1)Teaching Derrida this week and just reread Barbara Johnson’s definition of critique in the introduction to Dissemination:
2)“The critique reads backwards from what seems natural, obvious, self-evident, or universal, in order to show that these things have their history, their reasons for being the way they are...
3) their effects on what follows from them, and that the starting point is not a (natural) given but a (cultural) construct, usually blind to itself.”
4) Isn’t this what we all are trying to do?
5) Johnson also specifies that deconstruction is not the same as destruction; it is not a form of “textual vandalism,” but “a careful teasing out of the warring forces of signification within the text itself.”

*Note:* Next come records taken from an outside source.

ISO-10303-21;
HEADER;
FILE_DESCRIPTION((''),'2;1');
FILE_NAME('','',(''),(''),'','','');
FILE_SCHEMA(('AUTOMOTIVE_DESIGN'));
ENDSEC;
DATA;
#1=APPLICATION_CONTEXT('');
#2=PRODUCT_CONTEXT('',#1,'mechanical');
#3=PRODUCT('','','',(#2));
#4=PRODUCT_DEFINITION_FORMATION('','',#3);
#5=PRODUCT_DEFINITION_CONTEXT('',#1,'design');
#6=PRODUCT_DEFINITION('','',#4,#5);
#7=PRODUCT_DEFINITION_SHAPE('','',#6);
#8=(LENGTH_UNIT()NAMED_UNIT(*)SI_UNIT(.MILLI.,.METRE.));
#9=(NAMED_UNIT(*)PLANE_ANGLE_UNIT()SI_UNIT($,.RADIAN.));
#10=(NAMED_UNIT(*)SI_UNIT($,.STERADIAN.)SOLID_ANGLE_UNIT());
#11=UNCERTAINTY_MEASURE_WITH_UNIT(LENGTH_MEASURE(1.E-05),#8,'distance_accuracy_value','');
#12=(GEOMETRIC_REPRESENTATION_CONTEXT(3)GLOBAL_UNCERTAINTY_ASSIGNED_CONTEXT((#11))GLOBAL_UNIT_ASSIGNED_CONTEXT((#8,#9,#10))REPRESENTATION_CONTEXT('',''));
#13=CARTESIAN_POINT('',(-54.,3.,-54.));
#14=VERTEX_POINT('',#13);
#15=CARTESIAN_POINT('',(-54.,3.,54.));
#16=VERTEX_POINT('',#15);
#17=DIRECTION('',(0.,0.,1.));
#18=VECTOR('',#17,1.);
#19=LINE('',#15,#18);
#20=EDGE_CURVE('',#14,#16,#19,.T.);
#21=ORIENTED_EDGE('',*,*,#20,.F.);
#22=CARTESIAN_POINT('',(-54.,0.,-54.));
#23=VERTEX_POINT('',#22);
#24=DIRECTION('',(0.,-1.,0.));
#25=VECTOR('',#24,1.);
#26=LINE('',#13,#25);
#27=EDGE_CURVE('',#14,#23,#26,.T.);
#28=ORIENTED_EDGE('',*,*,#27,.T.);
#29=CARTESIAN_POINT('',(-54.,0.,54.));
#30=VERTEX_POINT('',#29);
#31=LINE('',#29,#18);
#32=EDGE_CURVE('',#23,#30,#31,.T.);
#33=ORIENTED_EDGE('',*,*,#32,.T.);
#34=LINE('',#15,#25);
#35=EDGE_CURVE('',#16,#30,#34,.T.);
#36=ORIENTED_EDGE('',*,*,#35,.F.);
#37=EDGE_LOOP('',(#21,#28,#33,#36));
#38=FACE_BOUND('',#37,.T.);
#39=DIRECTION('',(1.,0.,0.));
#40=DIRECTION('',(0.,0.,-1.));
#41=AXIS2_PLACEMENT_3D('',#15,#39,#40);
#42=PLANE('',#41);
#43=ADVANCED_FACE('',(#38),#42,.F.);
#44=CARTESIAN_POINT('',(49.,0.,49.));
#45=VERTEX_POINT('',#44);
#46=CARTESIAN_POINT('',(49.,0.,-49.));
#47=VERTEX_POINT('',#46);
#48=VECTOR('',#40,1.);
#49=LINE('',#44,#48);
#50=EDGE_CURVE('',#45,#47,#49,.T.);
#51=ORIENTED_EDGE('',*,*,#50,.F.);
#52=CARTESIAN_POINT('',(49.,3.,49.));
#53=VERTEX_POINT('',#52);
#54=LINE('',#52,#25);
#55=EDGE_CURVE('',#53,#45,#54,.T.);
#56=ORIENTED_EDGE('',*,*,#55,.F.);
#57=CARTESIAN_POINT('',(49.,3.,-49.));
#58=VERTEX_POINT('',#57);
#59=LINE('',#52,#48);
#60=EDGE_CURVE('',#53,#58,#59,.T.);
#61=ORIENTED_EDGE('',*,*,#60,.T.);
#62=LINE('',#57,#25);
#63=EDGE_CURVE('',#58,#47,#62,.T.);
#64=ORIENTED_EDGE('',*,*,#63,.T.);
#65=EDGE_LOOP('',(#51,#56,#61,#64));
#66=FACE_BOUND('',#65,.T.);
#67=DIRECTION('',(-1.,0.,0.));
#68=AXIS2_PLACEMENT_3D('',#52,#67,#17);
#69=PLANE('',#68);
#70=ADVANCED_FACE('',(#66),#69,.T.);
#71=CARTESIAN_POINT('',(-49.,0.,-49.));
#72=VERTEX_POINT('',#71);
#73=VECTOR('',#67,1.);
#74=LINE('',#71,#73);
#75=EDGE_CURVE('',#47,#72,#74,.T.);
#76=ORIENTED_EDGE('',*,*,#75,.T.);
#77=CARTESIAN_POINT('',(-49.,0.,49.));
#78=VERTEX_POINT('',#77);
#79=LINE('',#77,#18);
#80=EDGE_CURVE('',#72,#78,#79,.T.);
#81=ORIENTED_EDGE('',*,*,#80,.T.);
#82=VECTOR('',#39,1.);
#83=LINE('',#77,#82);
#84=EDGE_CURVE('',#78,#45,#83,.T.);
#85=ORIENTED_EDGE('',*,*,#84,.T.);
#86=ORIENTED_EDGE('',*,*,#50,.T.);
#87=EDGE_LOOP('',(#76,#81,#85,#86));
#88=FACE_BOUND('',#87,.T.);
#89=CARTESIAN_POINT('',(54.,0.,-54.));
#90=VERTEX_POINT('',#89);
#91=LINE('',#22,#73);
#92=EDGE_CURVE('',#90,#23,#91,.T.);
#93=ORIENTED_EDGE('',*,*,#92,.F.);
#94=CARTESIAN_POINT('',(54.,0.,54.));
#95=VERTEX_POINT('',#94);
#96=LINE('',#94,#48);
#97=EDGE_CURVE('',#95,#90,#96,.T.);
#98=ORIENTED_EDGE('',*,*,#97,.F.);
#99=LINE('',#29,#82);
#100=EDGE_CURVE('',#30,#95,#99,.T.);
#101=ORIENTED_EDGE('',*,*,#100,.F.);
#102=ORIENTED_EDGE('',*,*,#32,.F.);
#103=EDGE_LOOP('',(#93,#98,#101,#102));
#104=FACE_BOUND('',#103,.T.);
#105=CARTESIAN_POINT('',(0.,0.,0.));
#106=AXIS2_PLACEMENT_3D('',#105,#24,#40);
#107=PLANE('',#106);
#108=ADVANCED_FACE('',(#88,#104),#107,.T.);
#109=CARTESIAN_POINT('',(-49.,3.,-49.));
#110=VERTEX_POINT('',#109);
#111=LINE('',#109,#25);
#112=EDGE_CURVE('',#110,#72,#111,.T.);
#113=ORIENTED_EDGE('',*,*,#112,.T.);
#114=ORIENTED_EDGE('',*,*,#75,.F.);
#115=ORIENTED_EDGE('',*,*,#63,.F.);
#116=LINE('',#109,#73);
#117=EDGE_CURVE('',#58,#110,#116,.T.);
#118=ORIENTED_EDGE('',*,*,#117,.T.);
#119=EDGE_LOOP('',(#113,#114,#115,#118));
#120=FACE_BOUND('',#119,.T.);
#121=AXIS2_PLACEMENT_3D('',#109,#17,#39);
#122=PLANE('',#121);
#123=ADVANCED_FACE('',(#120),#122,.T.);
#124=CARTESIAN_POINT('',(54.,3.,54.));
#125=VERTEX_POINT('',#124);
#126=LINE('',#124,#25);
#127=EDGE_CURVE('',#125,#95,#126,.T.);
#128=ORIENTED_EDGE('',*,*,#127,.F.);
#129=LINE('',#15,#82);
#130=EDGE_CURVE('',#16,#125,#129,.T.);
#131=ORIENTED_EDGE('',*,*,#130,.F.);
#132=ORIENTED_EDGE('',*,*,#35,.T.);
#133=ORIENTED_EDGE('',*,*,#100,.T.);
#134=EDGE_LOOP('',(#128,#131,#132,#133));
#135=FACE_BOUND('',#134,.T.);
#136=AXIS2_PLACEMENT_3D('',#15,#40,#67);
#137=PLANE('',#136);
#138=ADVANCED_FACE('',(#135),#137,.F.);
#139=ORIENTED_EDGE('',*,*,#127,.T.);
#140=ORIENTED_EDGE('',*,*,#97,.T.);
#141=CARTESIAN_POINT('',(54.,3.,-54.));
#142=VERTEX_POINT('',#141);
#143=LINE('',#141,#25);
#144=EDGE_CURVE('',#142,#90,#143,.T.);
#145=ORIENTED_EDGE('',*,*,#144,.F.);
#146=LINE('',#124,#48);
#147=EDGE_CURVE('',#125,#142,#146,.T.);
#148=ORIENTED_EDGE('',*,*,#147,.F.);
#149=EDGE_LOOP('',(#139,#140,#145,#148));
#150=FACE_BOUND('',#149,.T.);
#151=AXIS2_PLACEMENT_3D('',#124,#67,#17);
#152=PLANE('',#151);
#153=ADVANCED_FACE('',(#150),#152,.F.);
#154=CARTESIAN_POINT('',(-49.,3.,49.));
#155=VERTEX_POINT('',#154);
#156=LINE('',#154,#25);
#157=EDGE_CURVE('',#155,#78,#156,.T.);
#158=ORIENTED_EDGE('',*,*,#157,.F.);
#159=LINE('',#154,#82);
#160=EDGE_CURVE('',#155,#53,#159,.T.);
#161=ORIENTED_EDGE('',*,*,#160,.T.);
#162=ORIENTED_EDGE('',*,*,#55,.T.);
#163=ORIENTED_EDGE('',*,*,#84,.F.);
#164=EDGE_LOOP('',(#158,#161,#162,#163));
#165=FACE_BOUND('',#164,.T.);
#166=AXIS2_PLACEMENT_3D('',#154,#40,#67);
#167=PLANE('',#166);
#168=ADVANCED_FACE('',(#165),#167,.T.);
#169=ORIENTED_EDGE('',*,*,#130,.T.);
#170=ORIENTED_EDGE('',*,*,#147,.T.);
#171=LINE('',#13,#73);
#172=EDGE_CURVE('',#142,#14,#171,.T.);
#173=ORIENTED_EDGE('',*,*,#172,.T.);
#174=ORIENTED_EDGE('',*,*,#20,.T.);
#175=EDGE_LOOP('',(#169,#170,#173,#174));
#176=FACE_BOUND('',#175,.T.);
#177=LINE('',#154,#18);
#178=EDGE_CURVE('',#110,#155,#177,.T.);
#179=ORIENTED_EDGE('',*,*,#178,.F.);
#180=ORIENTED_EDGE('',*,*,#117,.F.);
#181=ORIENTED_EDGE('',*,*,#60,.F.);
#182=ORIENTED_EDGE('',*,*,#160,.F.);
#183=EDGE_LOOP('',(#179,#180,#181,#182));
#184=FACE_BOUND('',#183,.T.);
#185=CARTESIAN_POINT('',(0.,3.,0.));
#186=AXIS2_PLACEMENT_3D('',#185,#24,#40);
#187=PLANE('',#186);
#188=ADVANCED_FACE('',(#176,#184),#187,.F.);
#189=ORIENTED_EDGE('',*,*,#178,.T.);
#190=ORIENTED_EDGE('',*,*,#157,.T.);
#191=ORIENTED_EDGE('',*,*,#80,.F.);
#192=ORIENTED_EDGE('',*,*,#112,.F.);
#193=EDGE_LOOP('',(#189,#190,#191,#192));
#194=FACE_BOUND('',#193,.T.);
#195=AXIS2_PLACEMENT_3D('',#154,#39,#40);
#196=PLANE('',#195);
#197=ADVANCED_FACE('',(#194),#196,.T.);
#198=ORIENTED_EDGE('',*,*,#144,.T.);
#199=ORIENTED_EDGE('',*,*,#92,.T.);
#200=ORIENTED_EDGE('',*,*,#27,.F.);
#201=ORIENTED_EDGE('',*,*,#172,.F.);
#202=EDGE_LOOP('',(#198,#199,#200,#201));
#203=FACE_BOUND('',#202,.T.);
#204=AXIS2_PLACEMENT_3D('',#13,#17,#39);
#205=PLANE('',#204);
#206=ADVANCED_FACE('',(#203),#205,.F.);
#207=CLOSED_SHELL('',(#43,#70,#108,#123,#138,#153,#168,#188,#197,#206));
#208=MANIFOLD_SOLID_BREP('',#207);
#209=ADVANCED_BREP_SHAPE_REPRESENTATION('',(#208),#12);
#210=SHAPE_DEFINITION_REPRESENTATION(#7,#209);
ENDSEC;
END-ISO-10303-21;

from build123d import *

# Parameters (mm, degrees)
SKETCH_1_W      = 108
SKETCH_1_H      = 108
SKETCH_1_W_2    = 98
SKETCH_1_H_2    = 98
EXTRUDE_1_DEPTH = 3


with BuildPart() as part:
    # 스케치1 → 보스-돌출1 (new body)
    with BuildSketch(Plane(origin=(0, 0, 0), x_dir=(1, 0, 0), z_dir=(0, 1, 0))):
        Rectangle(SKETCH_1_W, SKETCH_1_H)
        Rectangle(SKETCH_1_W_2, SKETCH_1_H_2, mode=Mode.SUBTRACT)
    extrude(amount=EXTRUDE_1_DEPTH)


solid = part.part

6) Her vision of deconstruction requires attention both to what a text both does and does not see, what it does and does not accomplish.
7)“In other words,” she tells us, “the deconstructive reading does not point out the flaws or weaknesses or stupidities of an author, but the necessity with which what he does see is systematically related to what he does not see.”

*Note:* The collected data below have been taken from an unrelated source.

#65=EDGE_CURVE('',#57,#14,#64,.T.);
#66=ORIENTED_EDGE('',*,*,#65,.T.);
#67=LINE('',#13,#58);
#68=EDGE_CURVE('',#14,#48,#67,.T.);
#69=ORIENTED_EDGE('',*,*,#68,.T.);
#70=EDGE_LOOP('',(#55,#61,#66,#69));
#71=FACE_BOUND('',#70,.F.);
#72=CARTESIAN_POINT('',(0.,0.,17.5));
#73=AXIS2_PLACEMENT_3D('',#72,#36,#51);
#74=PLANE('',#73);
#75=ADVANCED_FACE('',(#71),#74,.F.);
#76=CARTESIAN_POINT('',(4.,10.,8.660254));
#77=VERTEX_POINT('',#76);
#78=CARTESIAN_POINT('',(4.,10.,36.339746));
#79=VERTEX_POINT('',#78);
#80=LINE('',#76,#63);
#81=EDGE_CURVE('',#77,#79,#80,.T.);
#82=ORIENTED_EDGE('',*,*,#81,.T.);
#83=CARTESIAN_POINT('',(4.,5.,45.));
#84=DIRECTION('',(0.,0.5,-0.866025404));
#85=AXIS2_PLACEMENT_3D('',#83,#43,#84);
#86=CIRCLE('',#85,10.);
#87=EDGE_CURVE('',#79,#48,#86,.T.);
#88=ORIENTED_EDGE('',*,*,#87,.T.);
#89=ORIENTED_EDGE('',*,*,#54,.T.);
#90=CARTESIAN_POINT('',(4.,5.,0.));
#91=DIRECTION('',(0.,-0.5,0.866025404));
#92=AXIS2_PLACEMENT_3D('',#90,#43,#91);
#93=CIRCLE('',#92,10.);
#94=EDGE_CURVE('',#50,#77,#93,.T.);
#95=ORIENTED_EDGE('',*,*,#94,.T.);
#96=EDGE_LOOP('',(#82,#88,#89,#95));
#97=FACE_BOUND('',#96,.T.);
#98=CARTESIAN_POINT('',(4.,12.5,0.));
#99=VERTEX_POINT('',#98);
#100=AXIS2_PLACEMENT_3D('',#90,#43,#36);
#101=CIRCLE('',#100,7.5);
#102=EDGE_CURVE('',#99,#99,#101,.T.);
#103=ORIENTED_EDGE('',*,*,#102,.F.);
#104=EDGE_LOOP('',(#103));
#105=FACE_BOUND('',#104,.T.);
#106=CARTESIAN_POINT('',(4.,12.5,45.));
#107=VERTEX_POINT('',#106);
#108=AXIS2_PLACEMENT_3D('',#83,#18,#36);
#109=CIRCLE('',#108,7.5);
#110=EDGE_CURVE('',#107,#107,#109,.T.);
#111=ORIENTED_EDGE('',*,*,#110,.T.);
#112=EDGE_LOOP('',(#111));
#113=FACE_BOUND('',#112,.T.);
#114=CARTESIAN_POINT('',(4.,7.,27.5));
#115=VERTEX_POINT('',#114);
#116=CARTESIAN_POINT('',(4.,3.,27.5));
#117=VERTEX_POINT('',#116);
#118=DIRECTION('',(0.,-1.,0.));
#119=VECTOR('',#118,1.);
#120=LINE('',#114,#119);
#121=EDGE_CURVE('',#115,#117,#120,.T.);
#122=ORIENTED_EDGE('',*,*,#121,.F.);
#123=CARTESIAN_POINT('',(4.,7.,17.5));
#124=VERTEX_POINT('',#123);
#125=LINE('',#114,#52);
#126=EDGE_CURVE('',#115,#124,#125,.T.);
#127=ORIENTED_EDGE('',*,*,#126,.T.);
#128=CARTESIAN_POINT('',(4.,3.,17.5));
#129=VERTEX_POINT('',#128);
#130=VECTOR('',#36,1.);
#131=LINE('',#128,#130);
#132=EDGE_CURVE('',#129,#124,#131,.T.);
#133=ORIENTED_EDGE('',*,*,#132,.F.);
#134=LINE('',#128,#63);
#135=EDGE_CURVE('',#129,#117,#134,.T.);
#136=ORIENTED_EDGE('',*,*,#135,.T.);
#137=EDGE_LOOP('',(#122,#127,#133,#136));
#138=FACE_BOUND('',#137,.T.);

8) What she doesn’t say explicitly is that none of this works if we aren’t at least making an effort to understand what the author DOES see, IS accomplishing, IS trying to say.
9) When I was an undergrad I wrote a paper for Johnson on memory in Benjamin and Baudelaire. I anguished over it. I cared so much and it fell so far short of what I wanted to say.
10)When I got it back, her comments seemed to be on a much smarter, much better paper than the one I had written. That smarter paper was the paper she read—she was so brilliant and so generous that her imagination filled in the gaps.
11)And her generosity helped me to imagine the much smarter paper it could have been.
12)I have always aspired to be like Johnson, a person who tries to read the best version of everything & who truly tries to hear what people are trying to say. (I usually fail at this.)
13)To me Johnson epitomizes the very best of critique and the very best of post-critique, which is--among other things--a reminder that angry righteousness isn’t the only readerly mode available to us.
14) She cared deeply about inclusion, critical stakes, and justice. She took joy and found pleasure in thought, language, and criticism.
15)There are plenty of mischaracterizations, oversimplifications, and straw men to be pointed out in this debate. But might it not also be possible to read an argument--even a polemical argument--and think about what its author is actually trying to do?
16)Tl;dr: no meaningful critique without generosity.